Doctors also use computer eyes to analyze medical images, entomologists to identify different types of arthropods, and even chemists use computer vision to record the results of experiments.

For example, dentists can use a special camera to take pictures of chipped teeth from different sides and build a three-dimensional model of the chipped tooth. The patient can then see a model of this breakage and a model of the natural tooth on the monitor. The program can combine them, a special algorithm subtracts the volumes, and a three-dimensional model is produced for fabrication. This model can be printed as a file, the machine makes the missing part of the tooth, and it fits perfectly into its intended location.

There is also an example of a diagnostic application. If a doctor has MRI slices of the brain or other organs, a three-dimensional picture can be obtained from them, which will make it clear what the volume of a particular process in the patient's organs is and how widespread it is.

At the moment, three-dimensional reconstruction technologies are often used for navigation and cartography. There are autonomous modules, including cars, equipped with many sensors, including radars, lidars, sonars, and cameras. The task of all these devices is to get a complete picture of what is around the car. With their help, the vehicle can perform parking and automatic movement along the lines of the markings. These technologies are already being implemented and used either in automated driving or autonomous driving (in driverless cars). If you go higher up in the air, their computer vision systems solve the problems of aerospace mapping. On similar principles, using images in the visible, infrared, and ultraviolet ranges, computer vision systems capture the earth's topography, over which satellites fly.
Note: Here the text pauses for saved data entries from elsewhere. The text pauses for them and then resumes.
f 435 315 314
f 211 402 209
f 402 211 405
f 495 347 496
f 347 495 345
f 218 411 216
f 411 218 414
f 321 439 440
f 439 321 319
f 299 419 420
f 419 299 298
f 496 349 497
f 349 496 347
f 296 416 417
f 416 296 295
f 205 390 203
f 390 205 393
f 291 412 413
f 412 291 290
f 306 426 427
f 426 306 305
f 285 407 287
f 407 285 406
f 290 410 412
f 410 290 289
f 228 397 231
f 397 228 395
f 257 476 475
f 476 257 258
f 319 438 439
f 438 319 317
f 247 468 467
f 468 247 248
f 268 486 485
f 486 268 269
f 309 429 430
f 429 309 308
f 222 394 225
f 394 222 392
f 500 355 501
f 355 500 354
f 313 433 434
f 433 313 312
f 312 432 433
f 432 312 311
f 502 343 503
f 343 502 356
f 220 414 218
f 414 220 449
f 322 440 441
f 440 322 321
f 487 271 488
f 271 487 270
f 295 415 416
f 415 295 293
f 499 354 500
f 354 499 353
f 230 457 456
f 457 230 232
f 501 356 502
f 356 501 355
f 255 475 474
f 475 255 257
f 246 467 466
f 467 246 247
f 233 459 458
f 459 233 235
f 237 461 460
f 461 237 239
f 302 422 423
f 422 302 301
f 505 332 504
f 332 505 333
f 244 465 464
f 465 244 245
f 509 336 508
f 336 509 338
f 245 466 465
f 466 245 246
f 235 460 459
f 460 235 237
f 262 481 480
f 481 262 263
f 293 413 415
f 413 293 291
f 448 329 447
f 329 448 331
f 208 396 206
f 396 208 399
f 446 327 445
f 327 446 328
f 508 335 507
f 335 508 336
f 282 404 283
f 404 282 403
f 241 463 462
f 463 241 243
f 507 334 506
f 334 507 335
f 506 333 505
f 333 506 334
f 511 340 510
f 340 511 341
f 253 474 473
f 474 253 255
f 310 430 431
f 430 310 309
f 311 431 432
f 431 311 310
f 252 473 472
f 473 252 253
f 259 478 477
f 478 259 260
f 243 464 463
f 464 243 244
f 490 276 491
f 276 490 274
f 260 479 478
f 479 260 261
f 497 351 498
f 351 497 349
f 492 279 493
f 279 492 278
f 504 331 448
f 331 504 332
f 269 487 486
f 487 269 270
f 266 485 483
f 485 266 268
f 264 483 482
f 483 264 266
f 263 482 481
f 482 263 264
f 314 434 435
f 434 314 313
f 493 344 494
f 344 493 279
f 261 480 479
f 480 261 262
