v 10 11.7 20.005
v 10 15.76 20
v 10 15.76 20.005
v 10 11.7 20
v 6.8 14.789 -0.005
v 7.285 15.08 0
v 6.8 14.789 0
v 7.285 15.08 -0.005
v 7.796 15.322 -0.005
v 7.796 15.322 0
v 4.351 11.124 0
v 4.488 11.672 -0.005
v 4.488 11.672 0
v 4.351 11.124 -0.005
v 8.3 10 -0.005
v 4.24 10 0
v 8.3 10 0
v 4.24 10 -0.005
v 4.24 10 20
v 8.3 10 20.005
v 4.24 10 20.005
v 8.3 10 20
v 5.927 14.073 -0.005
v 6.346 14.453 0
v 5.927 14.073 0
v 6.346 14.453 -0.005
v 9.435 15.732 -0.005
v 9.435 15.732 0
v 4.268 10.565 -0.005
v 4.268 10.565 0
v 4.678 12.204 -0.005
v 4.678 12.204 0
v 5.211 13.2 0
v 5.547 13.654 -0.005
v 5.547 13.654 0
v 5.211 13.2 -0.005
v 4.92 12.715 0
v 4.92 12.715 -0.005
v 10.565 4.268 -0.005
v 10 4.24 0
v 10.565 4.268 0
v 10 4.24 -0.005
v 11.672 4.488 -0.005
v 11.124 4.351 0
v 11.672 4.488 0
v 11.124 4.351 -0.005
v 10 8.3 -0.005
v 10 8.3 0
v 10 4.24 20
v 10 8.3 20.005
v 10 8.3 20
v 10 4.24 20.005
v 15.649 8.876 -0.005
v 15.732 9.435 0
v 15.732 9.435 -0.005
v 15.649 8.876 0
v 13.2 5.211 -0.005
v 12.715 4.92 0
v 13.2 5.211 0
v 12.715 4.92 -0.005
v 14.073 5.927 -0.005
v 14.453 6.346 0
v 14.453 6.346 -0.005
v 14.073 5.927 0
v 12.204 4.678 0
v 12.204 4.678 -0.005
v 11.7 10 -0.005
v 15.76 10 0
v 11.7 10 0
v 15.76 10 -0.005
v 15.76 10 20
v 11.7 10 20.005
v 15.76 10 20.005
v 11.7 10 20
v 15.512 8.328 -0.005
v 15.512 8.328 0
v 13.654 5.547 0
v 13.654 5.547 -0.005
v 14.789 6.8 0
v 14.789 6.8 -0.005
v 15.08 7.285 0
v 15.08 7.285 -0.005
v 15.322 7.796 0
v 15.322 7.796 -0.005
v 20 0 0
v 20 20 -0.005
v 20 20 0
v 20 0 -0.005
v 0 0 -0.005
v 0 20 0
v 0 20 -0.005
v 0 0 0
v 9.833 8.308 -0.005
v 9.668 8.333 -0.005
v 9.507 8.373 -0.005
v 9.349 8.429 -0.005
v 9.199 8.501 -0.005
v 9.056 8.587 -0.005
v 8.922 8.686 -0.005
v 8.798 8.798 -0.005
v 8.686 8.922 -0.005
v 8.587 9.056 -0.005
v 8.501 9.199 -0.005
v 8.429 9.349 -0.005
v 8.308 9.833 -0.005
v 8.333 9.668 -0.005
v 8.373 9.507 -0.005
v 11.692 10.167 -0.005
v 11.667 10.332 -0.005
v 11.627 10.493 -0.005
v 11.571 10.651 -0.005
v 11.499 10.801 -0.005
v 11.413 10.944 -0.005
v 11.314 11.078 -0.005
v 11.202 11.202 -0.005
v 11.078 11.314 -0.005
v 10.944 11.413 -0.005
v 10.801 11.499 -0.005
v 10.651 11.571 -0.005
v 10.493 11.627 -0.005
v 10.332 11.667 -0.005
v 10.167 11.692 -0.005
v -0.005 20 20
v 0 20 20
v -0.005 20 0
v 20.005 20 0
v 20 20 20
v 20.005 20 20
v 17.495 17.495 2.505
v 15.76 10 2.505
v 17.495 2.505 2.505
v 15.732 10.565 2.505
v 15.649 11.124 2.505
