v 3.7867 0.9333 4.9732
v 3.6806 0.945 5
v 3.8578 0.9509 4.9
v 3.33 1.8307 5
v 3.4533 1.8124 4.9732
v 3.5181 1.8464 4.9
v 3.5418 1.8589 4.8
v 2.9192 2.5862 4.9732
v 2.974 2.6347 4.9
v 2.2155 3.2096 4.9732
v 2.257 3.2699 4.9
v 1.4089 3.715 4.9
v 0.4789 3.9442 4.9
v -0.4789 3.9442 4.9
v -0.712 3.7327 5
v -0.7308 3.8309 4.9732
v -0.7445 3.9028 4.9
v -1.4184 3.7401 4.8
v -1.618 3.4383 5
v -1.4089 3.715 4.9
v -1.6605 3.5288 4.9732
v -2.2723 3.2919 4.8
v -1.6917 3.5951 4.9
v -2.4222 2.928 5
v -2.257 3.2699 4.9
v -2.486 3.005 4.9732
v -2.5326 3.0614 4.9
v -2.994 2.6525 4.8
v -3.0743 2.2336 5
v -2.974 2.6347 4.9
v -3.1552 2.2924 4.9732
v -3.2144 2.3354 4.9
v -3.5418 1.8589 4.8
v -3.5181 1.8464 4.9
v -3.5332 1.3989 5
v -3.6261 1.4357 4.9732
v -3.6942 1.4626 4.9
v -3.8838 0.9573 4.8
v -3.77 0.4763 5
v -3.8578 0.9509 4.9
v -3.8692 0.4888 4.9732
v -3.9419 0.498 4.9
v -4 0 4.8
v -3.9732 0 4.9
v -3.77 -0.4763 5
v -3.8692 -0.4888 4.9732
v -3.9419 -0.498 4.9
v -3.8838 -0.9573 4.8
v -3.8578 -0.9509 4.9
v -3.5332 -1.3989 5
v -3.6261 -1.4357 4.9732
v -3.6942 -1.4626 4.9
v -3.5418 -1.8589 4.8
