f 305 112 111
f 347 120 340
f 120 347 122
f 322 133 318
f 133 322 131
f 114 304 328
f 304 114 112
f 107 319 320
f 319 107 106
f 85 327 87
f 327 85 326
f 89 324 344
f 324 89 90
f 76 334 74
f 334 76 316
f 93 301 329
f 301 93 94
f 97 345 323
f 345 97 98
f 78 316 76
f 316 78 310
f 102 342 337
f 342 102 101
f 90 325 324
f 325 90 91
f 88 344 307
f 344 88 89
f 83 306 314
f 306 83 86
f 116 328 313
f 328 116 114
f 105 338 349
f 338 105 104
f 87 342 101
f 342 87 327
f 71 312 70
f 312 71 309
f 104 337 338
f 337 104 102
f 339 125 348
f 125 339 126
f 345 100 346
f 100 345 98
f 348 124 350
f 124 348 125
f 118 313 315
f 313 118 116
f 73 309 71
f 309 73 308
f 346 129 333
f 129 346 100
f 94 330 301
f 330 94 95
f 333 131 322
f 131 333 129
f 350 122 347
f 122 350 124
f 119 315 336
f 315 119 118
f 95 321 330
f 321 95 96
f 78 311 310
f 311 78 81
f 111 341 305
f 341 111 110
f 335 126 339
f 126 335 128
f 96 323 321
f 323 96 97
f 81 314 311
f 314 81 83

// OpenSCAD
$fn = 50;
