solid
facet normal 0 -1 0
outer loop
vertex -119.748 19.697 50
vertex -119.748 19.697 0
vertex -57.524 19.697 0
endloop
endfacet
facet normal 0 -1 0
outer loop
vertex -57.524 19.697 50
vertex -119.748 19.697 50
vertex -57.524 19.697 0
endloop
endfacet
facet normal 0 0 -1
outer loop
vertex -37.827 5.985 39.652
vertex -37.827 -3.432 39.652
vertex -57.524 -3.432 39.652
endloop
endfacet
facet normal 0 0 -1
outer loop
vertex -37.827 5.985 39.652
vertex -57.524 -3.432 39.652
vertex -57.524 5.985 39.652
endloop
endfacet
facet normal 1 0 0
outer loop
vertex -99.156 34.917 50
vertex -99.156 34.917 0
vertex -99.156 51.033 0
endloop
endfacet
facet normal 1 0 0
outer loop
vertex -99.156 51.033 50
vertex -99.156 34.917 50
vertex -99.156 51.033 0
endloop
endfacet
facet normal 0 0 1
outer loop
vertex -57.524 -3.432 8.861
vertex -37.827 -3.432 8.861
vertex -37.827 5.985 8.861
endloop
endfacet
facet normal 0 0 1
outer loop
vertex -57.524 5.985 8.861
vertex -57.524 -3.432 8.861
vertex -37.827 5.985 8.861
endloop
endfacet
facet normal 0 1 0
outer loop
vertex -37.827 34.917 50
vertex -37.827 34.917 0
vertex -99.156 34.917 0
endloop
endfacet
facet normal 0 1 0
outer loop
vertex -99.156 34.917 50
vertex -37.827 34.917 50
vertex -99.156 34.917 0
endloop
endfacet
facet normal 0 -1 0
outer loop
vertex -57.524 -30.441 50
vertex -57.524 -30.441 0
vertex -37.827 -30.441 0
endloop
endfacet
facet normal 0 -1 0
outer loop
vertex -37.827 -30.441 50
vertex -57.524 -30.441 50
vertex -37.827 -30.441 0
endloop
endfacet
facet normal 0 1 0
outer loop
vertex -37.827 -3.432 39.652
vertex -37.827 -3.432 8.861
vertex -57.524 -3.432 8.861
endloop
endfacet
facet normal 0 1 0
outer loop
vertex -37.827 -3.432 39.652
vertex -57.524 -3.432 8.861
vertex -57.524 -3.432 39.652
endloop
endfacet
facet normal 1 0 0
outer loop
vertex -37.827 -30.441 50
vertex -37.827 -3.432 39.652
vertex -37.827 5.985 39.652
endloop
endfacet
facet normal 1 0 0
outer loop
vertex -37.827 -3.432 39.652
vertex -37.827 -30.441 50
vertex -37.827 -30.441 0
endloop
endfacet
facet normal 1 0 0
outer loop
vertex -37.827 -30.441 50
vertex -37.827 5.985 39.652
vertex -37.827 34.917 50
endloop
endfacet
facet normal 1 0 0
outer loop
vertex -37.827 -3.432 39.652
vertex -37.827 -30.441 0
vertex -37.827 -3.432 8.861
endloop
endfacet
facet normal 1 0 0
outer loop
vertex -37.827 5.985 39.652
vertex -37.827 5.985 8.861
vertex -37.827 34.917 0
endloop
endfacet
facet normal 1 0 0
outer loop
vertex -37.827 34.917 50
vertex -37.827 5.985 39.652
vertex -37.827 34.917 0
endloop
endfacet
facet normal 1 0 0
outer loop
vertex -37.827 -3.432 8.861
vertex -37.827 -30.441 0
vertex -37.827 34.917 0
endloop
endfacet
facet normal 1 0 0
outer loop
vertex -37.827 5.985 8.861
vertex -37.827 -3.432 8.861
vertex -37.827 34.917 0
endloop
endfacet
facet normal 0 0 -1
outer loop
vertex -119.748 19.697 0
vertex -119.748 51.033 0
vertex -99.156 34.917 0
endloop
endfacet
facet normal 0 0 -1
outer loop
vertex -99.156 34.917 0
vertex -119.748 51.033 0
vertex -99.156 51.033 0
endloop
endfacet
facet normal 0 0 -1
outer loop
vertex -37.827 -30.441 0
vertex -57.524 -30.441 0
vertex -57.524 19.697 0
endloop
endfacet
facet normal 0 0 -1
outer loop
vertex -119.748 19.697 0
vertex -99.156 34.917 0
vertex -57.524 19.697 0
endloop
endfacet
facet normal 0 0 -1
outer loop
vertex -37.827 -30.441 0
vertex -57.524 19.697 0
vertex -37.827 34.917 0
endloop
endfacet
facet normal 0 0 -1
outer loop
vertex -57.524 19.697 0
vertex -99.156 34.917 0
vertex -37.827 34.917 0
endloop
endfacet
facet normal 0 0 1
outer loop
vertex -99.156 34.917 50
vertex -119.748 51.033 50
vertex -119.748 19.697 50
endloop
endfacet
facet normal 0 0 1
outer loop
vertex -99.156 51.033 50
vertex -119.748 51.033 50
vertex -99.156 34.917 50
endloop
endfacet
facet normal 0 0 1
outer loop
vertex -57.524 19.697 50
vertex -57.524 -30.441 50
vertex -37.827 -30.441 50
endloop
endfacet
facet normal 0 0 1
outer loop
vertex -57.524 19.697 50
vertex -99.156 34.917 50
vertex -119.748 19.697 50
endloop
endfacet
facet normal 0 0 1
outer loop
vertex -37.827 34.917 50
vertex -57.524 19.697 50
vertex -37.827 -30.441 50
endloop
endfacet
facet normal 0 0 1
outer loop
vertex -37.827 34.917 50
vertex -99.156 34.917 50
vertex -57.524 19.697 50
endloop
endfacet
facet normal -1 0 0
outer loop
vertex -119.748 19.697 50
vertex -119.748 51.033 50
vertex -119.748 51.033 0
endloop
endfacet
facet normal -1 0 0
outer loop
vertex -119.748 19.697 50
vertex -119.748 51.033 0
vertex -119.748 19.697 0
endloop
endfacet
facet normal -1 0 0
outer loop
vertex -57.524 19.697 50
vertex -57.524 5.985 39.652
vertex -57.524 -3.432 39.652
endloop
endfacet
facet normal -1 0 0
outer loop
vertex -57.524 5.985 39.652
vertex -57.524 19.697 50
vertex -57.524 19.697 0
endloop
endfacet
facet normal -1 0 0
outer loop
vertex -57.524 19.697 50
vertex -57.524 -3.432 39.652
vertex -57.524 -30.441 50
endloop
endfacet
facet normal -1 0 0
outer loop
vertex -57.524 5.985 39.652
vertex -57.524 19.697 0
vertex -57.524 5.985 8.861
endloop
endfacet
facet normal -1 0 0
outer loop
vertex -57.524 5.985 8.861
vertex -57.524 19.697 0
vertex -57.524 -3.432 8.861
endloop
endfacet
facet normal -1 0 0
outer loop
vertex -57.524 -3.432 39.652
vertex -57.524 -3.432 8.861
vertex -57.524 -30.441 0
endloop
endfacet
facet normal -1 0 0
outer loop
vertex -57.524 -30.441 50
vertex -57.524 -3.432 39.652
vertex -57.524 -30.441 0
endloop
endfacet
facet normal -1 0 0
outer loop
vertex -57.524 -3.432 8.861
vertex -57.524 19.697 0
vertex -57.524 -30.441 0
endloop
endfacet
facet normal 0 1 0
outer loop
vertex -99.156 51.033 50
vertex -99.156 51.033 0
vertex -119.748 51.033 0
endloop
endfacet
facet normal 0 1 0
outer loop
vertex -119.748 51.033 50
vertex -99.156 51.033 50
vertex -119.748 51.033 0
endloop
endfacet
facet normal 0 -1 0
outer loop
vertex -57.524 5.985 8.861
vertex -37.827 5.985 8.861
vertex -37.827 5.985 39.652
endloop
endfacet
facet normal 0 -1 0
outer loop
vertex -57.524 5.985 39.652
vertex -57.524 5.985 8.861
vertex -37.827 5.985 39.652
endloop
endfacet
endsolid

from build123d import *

# Parameters (mm, degrees)
F1_DEPTH = 50
F2_W     = 9.416695
F2_H     = 30.791057
F3_DEPTH = 25


with BuildPart() as f1:
    # F0 (on Top) → F1 (new body)
    with BuildSketch(Plane.XY):
        Polygon((-99.156201, 51.032986), (-119.748466, 51.032986), (-119.748466, 19.696943), (-57.524025, 19.696943), (-57.524025, -30.440733), (-37.827082, -30.440733), (-37.827082, 34.917306), (-99.156201, 34.917306), align=None)
    extrude(amount=F1_DEPTH)

    # F2 (on face) → F3 (cut)
    with BuildSketch(Plane.YZ.offset(-37.827082)):
        with Locations((1.276812, 24.256223)):
            Rectangle(F2_W, F2_H)
    extrude(amount=-F3_DEPTH, mode=Mode.SUBTRACT)


solid = f1.part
High-precision non-destructive scanning has been found in cinematography, computer animation, and medical applications. Creating models of the most realistic objects - faces of people, animals, etc. - is almost impossible without fast reconstruction technologies. Tools of high-precision transfer of natural things into virtual scenes are based on algorithms with structured illumination.

Some companies specialize in technologies for cinematography and animation. Their solutions allow a projector and a high-resolution camera to scan human faces. The resulting models will enable the creation of realistic characters for animation and replace real actors in cinema. Other companies specialize in creating interactive holograms of macroscopic objects (neighborhoods, power plants, business centers) - they also have to resort to computer vision to take the dimensions of existing things.


Thus, robots these days are more "human" than ever before. Some predict that robots will be able to sense everything around them very soon. But machines still have a very long way to go. As a result, it should improve their "behavioral autonomy," making it easier for robots to interact with humans and solve everyday tasks and conflicts that arise in the process.